# 2A (50's) VHI company plan extra level 3 €2061.00 renew date 1/5/2013 alternatives?



## tony50 (21 Apr 2013)

I am on company plan extra level 3 with VHI and costing me €2061.00 for 2 adults  does anyone know of similar plan but cheaper we are both in our late fifties appreciate any replies


----------



## snowyb (22 Apr 2013)

Hello tony50,

Welcome to AAM,  is the price 2061 correct?, should it be 2561 for two adults on Company Plan Extra Level 3?

The nearest alternative plan is called Company Care Plus with Laya Healthcare.
Price per adult;   1201pa x 2 = 2401pa

www.hia.ie/ci/comparison/step3?111&198/


There are also cheaper alternatives if you wish to reduce your outpatient cover from 100per visit to 60per visit(consultant) and 
 from 40per gp visit to 25per gp visit etc.   These plans also have a hospital excess, which means you would pay this amount 75 or 125 
if you are admitted to a private or hi-tech hospital for surgery or treatment.  It is a once off payment, on admission, - it does not apply
to any public hospital.  Company Plan Extra level 3 does not have any excess.

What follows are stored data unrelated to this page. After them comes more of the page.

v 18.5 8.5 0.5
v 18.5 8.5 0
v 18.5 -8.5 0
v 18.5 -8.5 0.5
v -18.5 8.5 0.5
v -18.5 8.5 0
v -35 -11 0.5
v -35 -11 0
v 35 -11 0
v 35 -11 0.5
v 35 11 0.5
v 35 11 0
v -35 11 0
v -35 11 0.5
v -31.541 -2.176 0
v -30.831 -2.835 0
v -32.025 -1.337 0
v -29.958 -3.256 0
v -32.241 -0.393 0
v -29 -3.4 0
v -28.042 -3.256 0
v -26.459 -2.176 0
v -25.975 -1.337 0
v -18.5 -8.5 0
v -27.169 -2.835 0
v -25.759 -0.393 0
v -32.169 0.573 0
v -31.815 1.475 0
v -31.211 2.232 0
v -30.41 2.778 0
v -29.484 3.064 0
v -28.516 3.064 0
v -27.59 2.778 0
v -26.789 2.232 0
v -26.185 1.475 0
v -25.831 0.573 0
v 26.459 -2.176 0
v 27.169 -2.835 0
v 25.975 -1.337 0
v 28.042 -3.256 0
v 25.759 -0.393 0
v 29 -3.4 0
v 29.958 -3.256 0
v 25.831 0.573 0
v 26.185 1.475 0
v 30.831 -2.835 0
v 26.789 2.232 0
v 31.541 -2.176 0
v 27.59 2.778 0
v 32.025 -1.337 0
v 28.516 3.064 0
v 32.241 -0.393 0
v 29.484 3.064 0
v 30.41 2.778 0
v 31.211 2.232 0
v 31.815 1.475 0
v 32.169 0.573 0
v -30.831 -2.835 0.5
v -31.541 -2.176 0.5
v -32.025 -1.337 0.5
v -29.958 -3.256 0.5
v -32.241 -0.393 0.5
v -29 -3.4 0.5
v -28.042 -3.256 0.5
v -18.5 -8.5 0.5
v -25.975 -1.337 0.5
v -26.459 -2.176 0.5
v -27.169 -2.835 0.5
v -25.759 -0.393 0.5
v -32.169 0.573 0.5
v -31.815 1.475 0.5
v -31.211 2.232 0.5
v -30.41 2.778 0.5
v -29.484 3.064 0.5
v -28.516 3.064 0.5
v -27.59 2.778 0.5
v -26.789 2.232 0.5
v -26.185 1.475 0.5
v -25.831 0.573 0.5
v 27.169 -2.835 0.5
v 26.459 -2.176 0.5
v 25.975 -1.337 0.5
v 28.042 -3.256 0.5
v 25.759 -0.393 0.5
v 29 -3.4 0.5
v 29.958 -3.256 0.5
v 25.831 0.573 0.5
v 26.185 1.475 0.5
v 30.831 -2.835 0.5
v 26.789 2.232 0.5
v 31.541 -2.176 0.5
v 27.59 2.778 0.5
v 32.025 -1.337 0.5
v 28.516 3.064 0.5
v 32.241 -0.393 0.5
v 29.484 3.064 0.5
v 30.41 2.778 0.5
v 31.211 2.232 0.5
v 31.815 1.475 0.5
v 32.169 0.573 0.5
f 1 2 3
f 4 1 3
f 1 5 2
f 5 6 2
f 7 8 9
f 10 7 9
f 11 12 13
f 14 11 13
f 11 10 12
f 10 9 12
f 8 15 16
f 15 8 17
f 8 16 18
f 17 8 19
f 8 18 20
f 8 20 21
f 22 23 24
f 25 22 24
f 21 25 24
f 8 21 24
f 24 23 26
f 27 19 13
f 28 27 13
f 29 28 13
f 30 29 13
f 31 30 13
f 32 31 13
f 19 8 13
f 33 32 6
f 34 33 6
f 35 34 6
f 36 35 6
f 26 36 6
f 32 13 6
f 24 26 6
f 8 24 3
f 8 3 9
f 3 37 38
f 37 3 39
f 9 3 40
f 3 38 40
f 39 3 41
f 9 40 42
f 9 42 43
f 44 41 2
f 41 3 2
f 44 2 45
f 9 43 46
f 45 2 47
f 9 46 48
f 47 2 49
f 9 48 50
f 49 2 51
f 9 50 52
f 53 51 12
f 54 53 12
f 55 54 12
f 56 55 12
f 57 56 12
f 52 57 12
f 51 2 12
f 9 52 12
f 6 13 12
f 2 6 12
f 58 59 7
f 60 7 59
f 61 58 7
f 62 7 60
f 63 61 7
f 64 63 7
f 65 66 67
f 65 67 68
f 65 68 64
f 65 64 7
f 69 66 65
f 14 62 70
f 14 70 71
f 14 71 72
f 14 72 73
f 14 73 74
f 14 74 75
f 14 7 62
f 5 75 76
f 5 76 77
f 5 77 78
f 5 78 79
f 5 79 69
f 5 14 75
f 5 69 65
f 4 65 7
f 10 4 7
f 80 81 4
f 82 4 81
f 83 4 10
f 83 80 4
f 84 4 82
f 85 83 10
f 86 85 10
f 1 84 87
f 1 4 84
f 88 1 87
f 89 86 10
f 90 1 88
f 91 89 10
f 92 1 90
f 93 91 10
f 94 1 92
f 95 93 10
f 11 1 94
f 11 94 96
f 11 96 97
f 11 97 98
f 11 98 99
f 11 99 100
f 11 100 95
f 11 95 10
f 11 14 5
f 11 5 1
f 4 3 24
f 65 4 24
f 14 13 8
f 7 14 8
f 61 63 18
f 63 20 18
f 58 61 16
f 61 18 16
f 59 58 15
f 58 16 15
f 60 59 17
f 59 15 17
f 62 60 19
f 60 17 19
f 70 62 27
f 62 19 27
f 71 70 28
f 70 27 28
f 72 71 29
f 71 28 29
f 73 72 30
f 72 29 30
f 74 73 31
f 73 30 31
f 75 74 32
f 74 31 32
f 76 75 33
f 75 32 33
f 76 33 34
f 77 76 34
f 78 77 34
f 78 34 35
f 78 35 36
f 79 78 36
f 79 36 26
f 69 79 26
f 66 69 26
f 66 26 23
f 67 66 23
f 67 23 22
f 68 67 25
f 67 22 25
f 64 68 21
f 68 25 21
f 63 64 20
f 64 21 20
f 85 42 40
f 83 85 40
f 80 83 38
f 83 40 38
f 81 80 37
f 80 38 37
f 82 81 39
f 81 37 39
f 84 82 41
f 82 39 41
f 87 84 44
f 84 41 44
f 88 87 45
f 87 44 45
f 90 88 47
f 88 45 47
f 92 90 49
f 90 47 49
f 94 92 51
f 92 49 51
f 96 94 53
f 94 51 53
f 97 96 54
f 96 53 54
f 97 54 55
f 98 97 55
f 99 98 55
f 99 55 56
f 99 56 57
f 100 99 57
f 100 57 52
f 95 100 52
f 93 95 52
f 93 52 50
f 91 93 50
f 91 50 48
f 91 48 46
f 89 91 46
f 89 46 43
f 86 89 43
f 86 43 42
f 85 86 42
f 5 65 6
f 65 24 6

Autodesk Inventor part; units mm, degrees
ref_plane "YZ Plane" through (0, 0, 0) normal (1, 0, 0) x (0, 1, 0)
ref_plane "XZ Plane" through (0, 0, 0) normal (0, 1, 0) x (-1, 0, 0)
ref_plane "XY Plane" through (0, 0, 0) normal (0, 0, 1) x (1, 0, 0)
ref_plane "Arbeitsebene1" through (0, 0, 0) normal (0, 0, 1) x (1, 0, 0)
sketch "Skizze1" plane through (0, 0, 0) normal (0, 0, 1) x (1, 0, 0)
  circle A0 centre (12, 2.9) radius 1.5 projected
  circle A1 centre (-12, 2.9) radius 1.5 projected
  line L0 (2.5, 12.9) -> (2.5, -7.1) projected
  line L1 (2.5, -7.1) -> (2.25, -7.1) projected
  line L2 (2.25, -7.1) -> (2, -7.1) projected
  line L3 (2, -7.1) -> (1.75, -7.1) projected
  line L4 (1.75, -7.1) -> (1.5, -7.1) projected
  line L5 (1.5, -7.1) -> (1.25, -7.1) projected
  line L6 (1.25, -7.1) -> (1, -7.1) projected
  line L7 (1, -7.1) -> (0.75, -7.1) projected
  line L8 (0.75, -7.1) -> (0.5, -7.1) projected
  line L9 (0.5, -7.1) -> (0.25, -7.1) projected
  line L10 (0.25, -7.1) -> (0, -7.1) projected
  line L11 (0, -7.1) -> (-0.25, -7.1) projected
  line L12 (-0.25, -7.1) -> (-0.5, -7.1) projected
  line L13 (-0.5, -7.1) -> (-0.75, -7.1) projected
  line L14 (-0.75, -7.1) -> (-1, -7.1) projected
  line L15 (-1, -7.1) -> (-1.25, -7.1) projected
  line L16 (-1.25, -7.1) -> (-1.5, -7.1) projected
  line L17 (-1.5, -7.1) -> (-1.75, -7.1) projected
  line L18 (-1.75, -7.1) -> (-2, -7.1) projected
  line L19 (-2, -7.1) -> (-2.25, -7.1) projected
  line L20 (-2.25, -7.1) -> (-2.5, -7.1) projected
  line L21 (-2.5, -7.1) -> (-2.5, 12.9) projected
  line L22 (-2.5, 12.9) -> (-38, 12.9) projected
  line L23 (-38, 12.9) -> (-38, -12.9) projected
  line L24 (-38, -12.9) -> (38, -12.9) projected
  line L25 (38, -12.9) -> (38, 12.9) projected
  line L26 (38, 12.9) -> (2.5, 12.9) projected
  line L27 (35, 11) -> (-35, 11)
  line L28 (-35, 11) -> (-35, -11)
  line L29 (-35, -11) -> (35, -11)
  line L30 (35, -11) -> (35, 11)
  line L31 (35, 11) -> (-35, -11) construction
  line L32 (-35, 11) -> (35, -11) construction
  line L33 (-32.5, 8.5) -> (32.5, 8.5)
  line L34 (32.5, 8.5) -> (32.5, -8.5)
  line L35 (32.5, -8.5) -> (-32.5, -8.5)
  line L36 (-32.5, -8.5) -> (-32.5, 8.5)
  line L37 (-32.5, -8.5) -> (-18.5, -8.5)
  line L38 (-18.5, -8.5) -> (-18.5, 8.5)
  line L39 (-18.5, 8.5) -> (-32.5, 8.5)
  line L40 (-32.5, 8.5) -> (-32.5, -8.5)
  line L41 (32.5, 8.5) -> (18.5, 8.5)
  line L42 (18.5, 8.5) -> (18.5, -8.5)
  line L43 (18.5, -8.5) -> (32.5, -8.5)
  line L44 (32.5, -8.5) -> (32.5, 8.5)
  point P0 (0, 0)
  dimension "d0" = 70
  dimension "d1" = 22
  dimension "d2" = 2.5
  dimension "d5" = 14
  dimension "d6" = 14
extrude "Extrusion1" add sketch "Skizze1" along normal blind 0.5 contours L27 L30 L29 L28 L21 L33 L36 L35 L34 L0 | L0 L33 L21 L27 | L33 L34 L35 L42 | L38 L35 L36 L33
sketch "Skizze2" plane through (0, 0, 0.5) normal (0, 0, 1) x (1, 0, 0)
  circle A0 centre (-29, -0.15) radius 1.6 projected
  circle A1 centre (29, -0.15) radius 1.6 projected
  point P0 (0, 0)
hole "Bohrung1" at (-29, -0.15, 0.5) at (29, -0.15, 0.5) direction (0, 0, -1) diameter 3.5 end through all counterbore diameter 6.5 counterbore depth 2
properties part number "00_Gasket"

Details of alternative options with all 4 providers as follows;

1.  VHI Healthcare;   Plan PMI 14 11;   Price per adult: 1049pa x 2 = 2098pa; good hospital cover,good outpatient,75 excess.

2.  Laya Healthcare;  Simply Health Excess;  Price per adult: 1019pa(1049pa); good hospital cover,good outpatient, 125 excess.

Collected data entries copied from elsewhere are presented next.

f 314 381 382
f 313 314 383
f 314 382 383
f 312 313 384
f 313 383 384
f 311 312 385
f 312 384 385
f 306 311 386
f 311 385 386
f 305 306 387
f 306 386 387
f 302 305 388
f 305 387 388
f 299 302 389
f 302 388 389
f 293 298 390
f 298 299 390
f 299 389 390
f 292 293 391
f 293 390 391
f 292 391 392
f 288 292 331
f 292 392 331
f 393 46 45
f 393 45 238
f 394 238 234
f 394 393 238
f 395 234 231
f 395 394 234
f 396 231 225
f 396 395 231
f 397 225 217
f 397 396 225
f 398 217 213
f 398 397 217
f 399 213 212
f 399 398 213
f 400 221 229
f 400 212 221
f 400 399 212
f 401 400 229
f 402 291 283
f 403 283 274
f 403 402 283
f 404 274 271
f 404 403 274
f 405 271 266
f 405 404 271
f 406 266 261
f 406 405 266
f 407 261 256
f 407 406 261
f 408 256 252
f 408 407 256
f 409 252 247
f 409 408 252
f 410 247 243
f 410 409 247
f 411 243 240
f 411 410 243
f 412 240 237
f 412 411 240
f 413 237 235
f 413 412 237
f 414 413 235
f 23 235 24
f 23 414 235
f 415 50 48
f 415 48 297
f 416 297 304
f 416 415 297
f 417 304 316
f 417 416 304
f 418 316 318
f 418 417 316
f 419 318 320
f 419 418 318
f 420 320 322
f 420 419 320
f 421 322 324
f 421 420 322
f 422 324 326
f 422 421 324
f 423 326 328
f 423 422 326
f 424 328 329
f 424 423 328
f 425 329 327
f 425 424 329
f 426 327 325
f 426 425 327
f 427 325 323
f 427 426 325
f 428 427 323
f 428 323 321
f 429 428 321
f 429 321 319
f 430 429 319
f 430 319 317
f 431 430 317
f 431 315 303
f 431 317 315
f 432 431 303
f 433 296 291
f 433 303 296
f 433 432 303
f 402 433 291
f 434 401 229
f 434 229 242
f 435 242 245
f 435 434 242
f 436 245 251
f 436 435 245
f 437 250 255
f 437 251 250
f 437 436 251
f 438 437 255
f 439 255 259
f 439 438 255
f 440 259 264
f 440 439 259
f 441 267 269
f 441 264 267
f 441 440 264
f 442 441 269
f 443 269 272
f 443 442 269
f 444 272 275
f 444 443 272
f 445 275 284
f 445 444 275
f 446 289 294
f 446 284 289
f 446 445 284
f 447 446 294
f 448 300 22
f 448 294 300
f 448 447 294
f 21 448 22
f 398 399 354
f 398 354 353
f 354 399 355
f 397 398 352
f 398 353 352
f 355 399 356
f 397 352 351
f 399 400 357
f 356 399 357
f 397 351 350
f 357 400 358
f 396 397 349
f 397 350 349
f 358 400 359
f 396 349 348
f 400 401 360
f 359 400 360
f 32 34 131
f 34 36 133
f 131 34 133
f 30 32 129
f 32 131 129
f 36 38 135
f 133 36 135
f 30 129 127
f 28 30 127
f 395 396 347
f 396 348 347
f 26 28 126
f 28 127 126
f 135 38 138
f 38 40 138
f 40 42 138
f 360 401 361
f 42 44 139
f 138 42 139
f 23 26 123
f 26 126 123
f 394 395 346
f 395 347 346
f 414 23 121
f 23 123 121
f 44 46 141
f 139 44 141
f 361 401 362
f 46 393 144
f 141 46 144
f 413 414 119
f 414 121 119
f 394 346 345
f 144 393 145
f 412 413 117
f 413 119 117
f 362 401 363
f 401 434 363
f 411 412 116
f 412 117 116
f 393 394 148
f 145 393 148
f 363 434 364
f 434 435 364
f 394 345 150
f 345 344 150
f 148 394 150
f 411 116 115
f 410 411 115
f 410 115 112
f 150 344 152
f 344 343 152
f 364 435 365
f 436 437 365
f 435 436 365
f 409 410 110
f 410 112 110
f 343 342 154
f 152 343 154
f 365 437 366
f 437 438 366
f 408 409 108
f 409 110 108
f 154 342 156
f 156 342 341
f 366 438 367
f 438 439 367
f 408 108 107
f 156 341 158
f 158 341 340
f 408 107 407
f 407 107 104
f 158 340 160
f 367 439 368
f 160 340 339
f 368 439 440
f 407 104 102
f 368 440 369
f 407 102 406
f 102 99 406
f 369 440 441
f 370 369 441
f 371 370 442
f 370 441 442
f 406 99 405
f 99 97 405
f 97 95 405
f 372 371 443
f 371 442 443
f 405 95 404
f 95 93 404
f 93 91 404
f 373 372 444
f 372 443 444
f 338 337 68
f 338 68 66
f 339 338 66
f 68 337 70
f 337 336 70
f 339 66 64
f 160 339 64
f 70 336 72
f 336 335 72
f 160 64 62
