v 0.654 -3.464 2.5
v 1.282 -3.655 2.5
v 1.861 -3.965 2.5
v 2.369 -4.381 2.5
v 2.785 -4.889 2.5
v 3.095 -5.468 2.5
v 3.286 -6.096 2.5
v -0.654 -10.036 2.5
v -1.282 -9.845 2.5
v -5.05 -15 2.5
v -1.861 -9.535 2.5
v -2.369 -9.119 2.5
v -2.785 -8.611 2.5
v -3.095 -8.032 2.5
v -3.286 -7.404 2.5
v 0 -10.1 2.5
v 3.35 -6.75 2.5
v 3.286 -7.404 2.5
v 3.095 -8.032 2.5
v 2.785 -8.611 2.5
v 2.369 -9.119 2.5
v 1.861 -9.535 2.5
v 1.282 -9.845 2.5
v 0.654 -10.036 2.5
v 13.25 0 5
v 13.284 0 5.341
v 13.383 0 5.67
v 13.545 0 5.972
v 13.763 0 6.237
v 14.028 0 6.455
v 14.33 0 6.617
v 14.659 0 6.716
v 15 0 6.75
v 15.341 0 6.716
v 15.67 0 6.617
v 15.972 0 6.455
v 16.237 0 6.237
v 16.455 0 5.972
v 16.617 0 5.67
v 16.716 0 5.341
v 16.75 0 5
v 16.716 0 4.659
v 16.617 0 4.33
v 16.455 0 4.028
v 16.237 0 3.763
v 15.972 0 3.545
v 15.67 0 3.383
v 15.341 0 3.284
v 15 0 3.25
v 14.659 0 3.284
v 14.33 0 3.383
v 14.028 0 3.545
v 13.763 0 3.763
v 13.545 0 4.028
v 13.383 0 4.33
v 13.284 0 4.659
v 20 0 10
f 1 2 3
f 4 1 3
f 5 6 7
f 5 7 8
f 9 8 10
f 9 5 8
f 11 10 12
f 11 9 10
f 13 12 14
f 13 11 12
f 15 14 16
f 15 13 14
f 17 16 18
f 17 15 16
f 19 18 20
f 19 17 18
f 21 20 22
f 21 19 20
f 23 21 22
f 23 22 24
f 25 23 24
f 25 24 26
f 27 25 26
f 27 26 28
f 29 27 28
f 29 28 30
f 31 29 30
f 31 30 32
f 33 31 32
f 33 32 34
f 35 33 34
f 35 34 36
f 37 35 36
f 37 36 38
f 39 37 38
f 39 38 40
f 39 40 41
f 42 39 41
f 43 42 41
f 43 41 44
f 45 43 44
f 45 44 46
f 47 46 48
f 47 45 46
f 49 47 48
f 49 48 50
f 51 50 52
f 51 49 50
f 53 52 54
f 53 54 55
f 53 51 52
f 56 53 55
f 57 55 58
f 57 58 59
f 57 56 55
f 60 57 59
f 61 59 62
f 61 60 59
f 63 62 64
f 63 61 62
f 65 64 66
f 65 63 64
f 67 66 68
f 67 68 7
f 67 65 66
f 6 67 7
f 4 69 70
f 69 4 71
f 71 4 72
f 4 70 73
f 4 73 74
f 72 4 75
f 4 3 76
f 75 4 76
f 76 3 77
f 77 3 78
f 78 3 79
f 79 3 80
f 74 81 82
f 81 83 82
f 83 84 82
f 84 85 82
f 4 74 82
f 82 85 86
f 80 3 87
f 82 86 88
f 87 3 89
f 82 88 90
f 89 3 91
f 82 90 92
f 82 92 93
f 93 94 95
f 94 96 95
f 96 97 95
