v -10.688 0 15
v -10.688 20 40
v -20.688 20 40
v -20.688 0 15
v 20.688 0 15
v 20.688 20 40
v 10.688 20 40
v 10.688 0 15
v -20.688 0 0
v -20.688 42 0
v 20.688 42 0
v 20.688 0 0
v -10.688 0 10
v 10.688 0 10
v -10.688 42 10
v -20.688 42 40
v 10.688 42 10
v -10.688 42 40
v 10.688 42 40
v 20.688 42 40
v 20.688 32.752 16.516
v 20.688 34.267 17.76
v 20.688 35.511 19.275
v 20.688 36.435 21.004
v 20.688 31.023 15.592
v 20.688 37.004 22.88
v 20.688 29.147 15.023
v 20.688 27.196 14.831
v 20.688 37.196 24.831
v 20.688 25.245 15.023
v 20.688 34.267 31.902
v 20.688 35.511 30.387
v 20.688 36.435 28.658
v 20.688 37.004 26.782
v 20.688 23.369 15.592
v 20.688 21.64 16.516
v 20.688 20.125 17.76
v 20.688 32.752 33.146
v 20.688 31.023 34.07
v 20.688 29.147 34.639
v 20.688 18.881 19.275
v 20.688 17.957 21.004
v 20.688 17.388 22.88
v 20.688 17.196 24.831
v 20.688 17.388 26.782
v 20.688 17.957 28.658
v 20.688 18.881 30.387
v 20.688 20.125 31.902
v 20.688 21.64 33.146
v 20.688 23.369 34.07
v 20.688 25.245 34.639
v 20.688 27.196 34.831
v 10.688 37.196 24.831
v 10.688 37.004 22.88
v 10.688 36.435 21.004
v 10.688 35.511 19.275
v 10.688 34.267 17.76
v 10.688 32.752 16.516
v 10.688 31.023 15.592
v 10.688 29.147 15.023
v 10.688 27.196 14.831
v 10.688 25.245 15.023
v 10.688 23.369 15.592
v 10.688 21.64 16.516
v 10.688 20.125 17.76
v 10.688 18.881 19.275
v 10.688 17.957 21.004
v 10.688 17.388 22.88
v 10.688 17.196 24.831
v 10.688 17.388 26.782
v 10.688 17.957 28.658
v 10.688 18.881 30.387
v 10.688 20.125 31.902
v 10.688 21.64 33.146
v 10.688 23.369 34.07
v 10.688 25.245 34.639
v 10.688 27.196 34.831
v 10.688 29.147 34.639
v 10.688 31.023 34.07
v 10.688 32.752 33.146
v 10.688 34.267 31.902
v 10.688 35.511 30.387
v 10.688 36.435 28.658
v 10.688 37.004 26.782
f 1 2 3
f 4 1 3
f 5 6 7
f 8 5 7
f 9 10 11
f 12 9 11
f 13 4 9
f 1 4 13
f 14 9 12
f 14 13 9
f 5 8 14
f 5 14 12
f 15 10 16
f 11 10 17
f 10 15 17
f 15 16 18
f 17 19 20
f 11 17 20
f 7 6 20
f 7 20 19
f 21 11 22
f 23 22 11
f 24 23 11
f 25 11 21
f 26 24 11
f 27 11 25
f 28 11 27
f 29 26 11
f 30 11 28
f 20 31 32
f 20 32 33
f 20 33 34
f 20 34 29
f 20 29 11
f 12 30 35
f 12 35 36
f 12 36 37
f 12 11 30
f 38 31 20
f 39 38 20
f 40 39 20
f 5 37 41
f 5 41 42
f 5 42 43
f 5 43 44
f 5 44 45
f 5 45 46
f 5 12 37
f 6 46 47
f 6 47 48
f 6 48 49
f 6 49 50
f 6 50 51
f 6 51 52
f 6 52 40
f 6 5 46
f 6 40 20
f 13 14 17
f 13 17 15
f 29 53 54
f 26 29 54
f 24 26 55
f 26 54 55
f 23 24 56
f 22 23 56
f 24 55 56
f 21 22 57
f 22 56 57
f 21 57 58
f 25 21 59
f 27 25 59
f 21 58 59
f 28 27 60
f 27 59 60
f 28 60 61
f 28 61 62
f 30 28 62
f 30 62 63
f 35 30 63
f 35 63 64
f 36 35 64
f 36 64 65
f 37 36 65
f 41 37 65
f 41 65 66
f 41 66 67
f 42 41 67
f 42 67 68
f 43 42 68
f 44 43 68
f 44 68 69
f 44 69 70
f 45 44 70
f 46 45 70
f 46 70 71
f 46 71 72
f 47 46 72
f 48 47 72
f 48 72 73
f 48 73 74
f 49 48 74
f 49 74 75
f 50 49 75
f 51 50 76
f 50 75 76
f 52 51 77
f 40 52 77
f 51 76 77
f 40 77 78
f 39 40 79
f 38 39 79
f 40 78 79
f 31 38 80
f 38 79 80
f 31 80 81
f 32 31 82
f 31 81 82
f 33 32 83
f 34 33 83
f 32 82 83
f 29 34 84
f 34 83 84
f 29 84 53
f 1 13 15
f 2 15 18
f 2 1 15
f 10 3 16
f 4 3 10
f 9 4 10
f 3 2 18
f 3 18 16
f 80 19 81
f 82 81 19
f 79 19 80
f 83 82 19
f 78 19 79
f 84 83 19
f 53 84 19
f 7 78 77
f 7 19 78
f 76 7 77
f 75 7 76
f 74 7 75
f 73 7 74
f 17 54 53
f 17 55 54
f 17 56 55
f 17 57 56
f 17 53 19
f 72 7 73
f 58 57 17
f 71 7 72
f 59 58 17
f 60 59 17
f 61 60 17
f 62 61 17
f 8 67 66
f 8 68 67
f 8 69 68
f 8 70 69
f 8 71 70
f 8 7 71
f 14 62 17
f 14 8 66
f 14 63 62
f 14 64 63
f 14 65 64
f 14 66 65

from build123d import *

# Parameters (mm, degrees)
F1_DEPTH   = 42
F3_SIZE2   = 25
F3_SIZE    = 20
F3_2_SIZE2 = 25
F3_2_SIZE  = 20
F4_D       = 20
F4_DEPTH   = 20.6886382592


with BuildPart() as f1:
    # F0 (on Front) → F1 (new body)
    with BuildSketch(Plane.XZ):
        Polygon((-20.6876382592, 40), (-20.6876382592, 0), (20.6876382592, 0), (20.6876382592, 40), (10.6876382592, 40), (10.6876382592, 10), (-10.6876382592, 10), (-10.6876382592, 40), align=None)
    extrude(amount=-F1_DEPTH)

    # F3
    f3_edges = [f1.edges().sort_by_distance(p)[0] for p in [
        (-15.687638, 0, 40),
    ]]
    f3_side = f1.faces().sort_by_distance((-15.687638, 21, 40))[0]
    chamfer(f3_edges, length=F3_SIZE, length2=F3_SIZE2, reference=f3_side)

    # F3#2
    f3_2_edges = [f1.edges().sort_by_distance(p)[0] for p in [
        (15.687638, 0, 40),
    ]]
    f3_2_side = f1.faces().sort_by_distance((15.687638, 21, 40))[0]
    chamfer(f3_2_edges, length=F3_2_SIZE, length2=F3_2_SIZE2, reference=f3_2_side)

    # F4 (through all, one way)
    with BuildSketch(Plane(origin=(0, 0, 0), x_dir=(0, 1, 0), z_dir=(-1, 0, 0))):
        with Locations((27.1959491074, -24.8310826719)):
            Circle(F4_D / 2)
    extrude(amount=-F4_DEPTH, mode=Mode.SUBTRACT)


solid = f1.part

3. Aviva Health;   Health Plan 06;  Price per adult;   1980pa x 2 = 1960pa;  good hospital cover,good outpatient,75 excess.

4. Glohealth;  Better Plan;  Price per adult;   915pa x 2 = 1830pa;  good hospital cover, 100 excess.
    Daily Care Better Outpatient plan;  198 x 2adults = 396pa;  good outpatient cover.
    Total price for 2 adults;   2226pa.


Link to options 1,2 & 3;
www.hia.ie/ci/comparison/step3?111&257&279&309/


Link to Glohealth option4;
www.hia.ie/ci/comparison/step3?111&298/
www.hia.ie/ci/comparison/step3?outpatient&304/


What is your renewal date with VHI?

Snowyb


----------



## tony50 (22 Apr 2013)

*health ins*

thanks for your reply you are correct premium is €2561.00 renewal date is 1/5/2013 
my worry is day patient cover in Blackrock clinic Clane hosp. for  gastroscopy and colonosocopy thanks


----------



## snowyb (23 Apr 2013)

Day case procedures such as those you are concerned about are covered in both Blackrock Clinic and Clane Hospital, on 
all the plans recommended.

Company Care Plus plan is identical to your current cover, so it has NO hospital excess, this means that there would be no extra
charge for day case procedures such as colonoscopy or gastroscopy.  The procedure itself is fully covered in both hospitals.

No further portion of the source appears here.